60: Eugenics Old and New

Introduction

Carolyn Burdett

new formations 60 Eugenics Old and NewIn many parts of the world, especially the wealthier parts, advances in biotechnology are transforming the processes of human reproduction. Prenatal testing and screening procedures, genetic counselling, birth control, and in vitro fertilisation are commonplace in most advanced economies. DNA profiling and databanks, egg donations, frozen egg cells, sperm banks, extra-uterine experimentation, preimplantation genetic diagnosis, gene-modification, genetic therapeutics, stem-cell research, organ-breeding, the ability to harvest large numbers of embryos, germ-line engineering, reprogenetics, ‘designer babies’, human cloning – these existing and potential manifestations of the extraordinary biotechnological advances made over the last half-century have already made significant inroads upon the expectation of an unmanipulated genetic heritage. The prospect of eradicating debilitating genetic disease is presented by some sections of the biomedical community as a near-future likelihood but, alongside the optimism for transformed healthcare, there are rumbles of alarm both about the efficacy of current regulatory systems for overseeing such biotechnological transformations and also about the possibility of assessing their profound ethical implications.

This special issue of new formations explores the ways in which a posthuman future – seemingly so nearly (or already) upon us – is potentially also a eugenic future. The modern notion of eugenics first began to emerge around the 1860s, when the meaning of heredity made a decisive shift to include, along with the familiar forms of succession to status, land, wealth and office, the properties of organic beings. The word eugenics was coined in 1883 when Darwin’s cousin, Francis Galton,

gave precise formulation to the ambitions of a newly professionalised, moralised, and middle-class notion of inheritance and what it means to be ‘well born’.1 Bodily health, mental aptitude, and moral quality are inherited, Galton argued, and therefore managing the random and unruly chances of reproduction was a responsibility that needed to be understood and accepted by all, from the individual to the state. In civilised society, natural selection must be superseded by rational selection if evolutionary progress was to be maintained. If an individual’s reproductive inclinations and behaviour ran counter to the collective good, then the state must intervene in order to stay and reverse the forces of human biological and social degeneration.

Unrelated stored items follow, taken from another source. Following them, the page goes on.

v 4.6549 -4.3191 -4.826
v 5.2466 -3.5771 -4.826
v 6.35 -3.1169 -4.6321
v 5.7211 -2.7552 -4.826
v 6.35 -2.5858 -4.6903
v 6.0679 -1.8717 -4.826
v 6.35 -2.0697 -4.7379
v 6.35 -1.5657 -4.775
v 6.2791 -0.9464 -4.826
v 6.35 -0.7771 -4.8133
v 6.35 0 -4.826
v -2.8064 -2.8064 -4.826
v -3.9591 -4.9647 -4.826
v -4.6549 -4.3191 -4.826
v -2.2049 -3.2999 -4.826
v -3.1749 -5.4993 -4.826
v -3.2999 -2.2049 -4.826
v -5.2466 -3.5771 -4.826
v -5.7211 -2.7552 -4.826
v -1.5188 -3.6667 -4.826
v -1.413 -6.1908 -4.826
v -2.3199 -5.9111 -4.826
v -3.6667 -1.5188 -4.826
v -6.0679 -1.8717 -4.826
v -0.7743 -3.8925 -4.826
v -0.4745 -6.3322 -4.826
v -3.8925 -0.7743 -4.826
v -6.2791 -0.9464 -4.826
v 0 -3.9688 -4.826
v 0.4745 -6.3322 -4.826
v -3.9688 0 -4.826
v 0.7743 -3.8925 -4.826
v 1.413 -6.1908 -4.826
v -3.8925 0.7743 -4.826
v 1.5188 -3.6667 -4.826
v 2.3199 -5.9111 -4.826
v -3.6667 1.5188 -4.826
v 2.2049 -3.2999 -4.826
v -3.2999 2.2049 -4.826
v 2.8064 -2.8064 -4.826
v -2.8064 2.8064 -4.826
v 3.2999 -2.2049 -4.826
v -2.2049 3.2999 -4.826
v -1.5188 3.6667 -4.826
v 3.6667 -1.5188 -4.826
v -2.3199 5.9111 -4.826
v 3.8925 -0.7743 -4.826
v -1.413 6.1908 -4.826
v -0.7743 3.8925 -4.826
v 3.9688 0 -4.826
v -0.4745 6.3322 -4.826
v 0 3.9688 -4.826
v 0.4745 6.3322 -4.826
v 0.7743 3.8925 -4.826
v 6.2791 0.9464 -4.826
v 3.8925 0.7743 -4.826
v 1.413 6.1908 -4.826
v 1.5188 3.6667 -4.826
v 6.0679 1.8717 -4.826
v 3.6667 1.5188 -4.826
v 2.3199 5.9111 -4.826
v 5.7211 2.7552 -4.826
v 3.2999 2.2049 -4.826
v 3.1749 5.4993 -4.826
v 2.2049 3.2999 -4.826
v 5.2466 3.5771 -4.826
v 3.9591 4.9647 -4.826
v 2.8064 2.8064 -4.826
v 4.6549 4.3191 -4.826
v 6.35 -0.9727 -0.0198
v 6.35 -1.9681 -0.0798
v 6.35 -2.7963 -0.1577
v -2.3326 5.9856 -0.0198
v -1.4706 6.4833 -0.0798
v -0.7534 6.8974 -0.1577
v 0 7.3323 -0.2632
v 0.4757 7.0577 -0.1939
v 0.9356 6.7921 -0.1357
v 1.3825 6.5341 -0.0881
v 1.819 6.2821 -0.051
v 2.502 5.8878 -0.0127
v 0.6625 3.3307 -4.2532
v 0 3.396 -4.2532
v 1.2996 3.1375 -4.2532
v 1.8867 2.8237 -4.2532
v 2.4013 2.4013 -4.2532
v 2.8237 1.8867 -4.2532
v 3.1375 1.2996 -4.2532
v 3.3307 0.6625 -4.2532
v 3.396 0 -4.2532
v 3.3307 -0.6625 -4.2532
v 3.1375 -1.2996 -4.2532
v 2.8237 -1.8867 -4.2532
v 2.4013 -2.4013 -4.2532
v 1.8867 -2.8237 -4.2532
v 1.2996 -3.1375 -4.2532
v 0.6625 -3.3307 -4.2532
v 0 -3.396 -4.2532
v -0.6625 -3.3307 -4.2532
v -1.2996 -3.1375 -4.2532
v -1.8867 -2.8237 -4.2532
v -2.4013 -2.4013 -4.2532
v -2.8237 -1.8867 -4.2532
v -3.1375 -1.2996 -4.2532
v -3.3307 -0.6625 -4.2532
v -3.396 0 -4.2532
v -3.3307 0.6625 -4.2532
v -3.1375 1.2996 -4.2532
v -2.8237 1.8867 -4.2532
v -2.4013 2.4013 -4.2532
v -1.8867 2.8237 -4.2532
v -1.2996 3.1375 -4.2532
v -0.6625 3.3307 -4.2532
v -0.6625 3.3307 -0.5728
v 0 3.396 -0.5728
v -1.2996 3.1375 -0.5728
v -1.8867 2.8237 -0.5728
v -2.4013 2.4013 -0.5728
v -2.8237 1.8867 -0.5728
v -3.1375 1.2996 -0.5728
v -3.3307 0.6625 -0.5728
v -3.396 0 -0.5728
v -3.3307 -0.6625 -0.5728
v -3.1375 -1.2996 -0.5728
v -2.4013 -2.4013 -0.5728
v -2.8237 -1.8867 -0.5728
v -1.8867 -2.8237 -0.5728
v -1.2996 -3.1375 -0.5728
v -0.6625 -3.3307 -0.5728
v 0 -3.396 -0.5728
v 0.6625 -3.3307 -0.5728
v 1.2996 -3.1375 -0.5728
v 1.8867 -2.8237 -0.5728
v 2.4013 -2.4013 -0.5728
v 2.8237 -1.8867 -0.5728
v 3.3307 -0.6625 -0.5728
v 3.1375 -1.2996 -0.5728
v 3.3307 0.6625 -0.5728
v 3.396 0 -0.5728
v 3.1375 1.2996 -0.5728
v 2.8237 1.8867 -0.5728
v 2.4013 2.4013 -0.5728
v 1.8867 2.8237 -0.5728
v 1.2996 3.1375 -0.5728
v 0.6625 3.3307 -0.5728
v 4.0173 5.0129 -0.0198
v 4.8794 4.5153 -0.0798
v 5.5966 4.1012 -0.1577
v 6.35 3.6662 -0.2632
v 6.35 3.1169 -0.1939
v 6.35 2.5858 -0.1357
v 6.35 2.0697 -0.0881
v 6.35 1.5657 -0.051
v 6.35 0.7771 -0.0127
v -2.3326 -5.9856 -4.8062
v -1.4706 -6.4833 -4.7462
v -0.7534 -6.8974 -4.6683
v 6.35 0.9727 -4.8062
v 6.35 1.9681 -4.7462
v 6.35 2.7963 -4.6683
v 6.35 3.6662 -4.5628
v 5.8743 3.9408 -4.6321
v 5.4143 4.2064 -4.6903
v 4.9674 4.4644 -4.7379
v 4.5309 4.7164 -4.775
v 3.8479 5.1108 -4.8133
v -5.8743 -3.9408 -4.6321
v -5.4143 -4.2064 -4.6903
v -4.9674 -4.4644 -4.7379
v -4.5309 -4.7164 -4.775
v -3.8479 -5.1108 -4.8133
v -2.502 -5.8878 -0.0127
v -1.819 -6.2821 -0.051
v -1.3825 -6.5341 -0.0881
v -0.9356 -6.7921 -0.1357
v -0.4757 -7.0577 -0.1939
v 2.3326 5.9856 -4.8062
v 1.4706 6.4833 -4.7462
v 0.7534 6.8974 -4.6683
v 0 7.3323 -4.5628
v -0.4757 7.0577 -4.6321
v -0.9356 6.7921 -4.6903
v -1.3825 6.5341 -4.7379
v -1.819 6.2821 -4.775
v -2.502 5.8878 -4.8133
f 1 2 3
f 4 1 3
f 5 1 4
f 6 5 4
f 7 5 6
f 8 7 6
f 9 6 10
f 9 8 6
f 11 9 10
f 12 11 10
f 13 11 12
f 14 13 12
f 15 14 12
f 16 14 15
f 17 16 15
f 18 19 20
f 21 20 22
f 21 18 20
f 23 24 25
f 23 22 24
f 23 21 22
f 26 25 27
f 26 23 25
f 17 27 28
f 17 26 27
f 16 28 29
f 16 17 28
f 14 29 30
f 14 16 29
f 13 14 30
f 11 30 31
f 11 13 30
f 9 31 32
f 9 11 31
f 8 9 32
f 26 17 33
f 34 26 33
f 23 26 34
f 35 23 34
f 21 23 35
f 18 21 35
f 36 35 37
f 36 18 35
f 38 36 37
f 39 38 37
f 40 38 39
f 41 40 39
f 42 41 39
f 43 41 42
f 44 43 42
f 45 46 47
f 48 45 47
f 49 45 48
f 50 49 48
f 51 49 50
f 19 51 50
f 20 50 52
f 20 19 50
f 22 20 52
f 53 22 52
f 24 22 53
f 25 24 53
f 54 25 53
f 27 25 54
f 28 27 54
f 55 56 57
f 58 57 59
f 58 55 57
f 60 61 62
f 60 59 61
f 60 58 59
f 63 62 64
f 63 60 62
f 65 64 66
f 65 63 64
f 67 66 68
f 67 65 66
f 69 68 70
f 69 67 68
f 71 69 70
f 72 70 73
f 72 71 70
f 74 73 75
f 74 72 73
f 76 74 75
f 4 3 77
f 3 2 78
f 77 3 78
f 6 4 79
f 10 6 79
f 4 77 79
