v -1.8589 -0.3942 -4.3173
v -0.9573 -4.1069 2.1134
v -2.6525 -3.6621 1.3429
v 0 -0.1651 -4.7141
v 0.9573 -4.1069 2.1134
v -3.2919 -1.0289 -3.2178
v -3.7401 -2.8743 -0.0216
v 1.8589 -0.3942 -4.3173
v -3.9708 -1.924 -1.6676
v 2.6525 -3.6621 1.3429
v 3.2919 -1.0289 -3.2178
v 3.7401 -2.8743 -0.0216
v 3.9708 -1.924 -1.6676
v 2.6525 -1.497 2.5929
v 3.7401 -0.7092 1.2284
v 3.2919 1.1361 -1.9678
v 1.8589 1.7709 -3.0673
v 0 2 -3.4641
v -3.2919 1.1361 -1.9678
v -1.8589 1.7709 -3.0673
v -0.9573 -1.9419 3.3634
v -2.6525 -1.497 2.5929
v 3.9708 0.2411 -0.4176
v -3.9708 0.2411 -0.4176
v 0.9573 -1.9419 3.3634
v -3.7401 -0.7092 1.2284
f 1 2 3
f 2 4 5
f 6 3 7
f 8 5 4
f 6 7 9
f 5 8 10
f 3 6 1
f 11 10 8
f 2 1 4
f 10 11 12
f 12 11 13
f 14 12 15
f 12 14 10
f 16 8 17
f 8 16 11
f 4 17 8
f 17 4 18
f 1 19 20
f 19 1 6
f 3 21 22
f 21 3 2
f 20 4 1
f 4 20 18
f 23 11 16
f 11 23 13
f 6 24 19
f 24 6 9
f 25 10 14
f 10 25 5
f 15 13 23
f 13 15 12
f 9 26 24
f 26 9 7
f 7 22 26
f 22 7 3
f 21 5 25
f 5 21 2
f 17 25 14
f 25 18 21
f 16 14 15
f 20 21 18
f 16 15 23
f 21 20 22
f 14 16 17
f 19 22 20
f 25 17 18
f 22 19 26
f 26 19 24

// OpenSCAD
// Generated by generate_scads.py
rotate([180,60,90]) {
  intersection() {
    cube(size=[30,15,5], center=true);
    cylinder(h=20, r=4, center=true);
    cylinder(h=20, r=6, center=false);
  }
}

By the early decades of the twentieth century eugenics was associated with state policies. These ranged from educational measures aimed at fostering a ‘eugenic conscience’, to forms of taxation and family policy, the segregation of those deemed mentally ‘unfit’, and all the way through to forced compulsory sterilisation. Eugenics proved an immensely flexible idea, taking different ideological and practical forms in different parts of Europe and the United States. In Britain it originated primarily as a means to curb, control and reform an urbanised working class, the social ‘residuum’ associated with city slums, squalid living conditions, and a relatively high birth rate; elsewhere, it found other expressions, centring on mental health in Germany, for example, and closely associated with discourses of race in the United States. This adaptability was no doubt in part a consequence of the way in which eugenics attracted support from across the political spectrum. Its legitimacy and its popularity were only definitively challenged in the wake of the Second World War when the eugenic ideal was generally seen to have come to grief amidst revelations of Nazi atrocities.

In his influential 1990 book, Backdoor to Eugenics, the US-based sociologist, Troy Duster, argued that the seeming triumph of social over hereditarian theories in the 1950s, which for some seemed to consolidate the shift away from a bad moment in European history, was in fact transitory. The latter part of the twentieth century had instead witnessed a marked shift in favour of the genetic paradigm. The increasing deployment of molecular biology and bioengineering in relation to human groups support arguments that seek to assert definitive genetic correlations between race and class and categories such as mental illness, intelligence and mortality. What is remarkable for Duster is how invidious this process has been: it is a shift which includes a tacit, rarely overt, return to eugenics.2 In truth, and as many of the essays in this collection testify, eugenic thinking never really went away. Eugenic enthusiasm was certainly muted following the war but eugenic policies were still pursued, especially in European welfare democracies, where they continued until the 1970s. The importance of eugenics to the story of European welfare collectivism across the mid-twentieth century is explored here, with special attention to Sweden, in the informative contribution by Véronique Mottier and Natalia Gerodetti. Eugenics also retained ideological force in the mid-century in relation to the development of the social sciences. Gillian Swanson draws attention to the under-explored and contradictory figure of C.P. Blacker in relation to the development of social psychiatry and, in particular, the role of the family in the making of individual character. In bringing to light a forgotten network of affiliations between medical professionals, social planners and politicians in the mid-century, Swanson shows how important eugenic thinking remained. In relation to the interwar period, Lucy Bland examines a fascinating interwar investigation about race and ‘race-crossing’, illuminating how diverse groups of social researchers shared and consolidated ideas about racial types in the name of eugenic improvement.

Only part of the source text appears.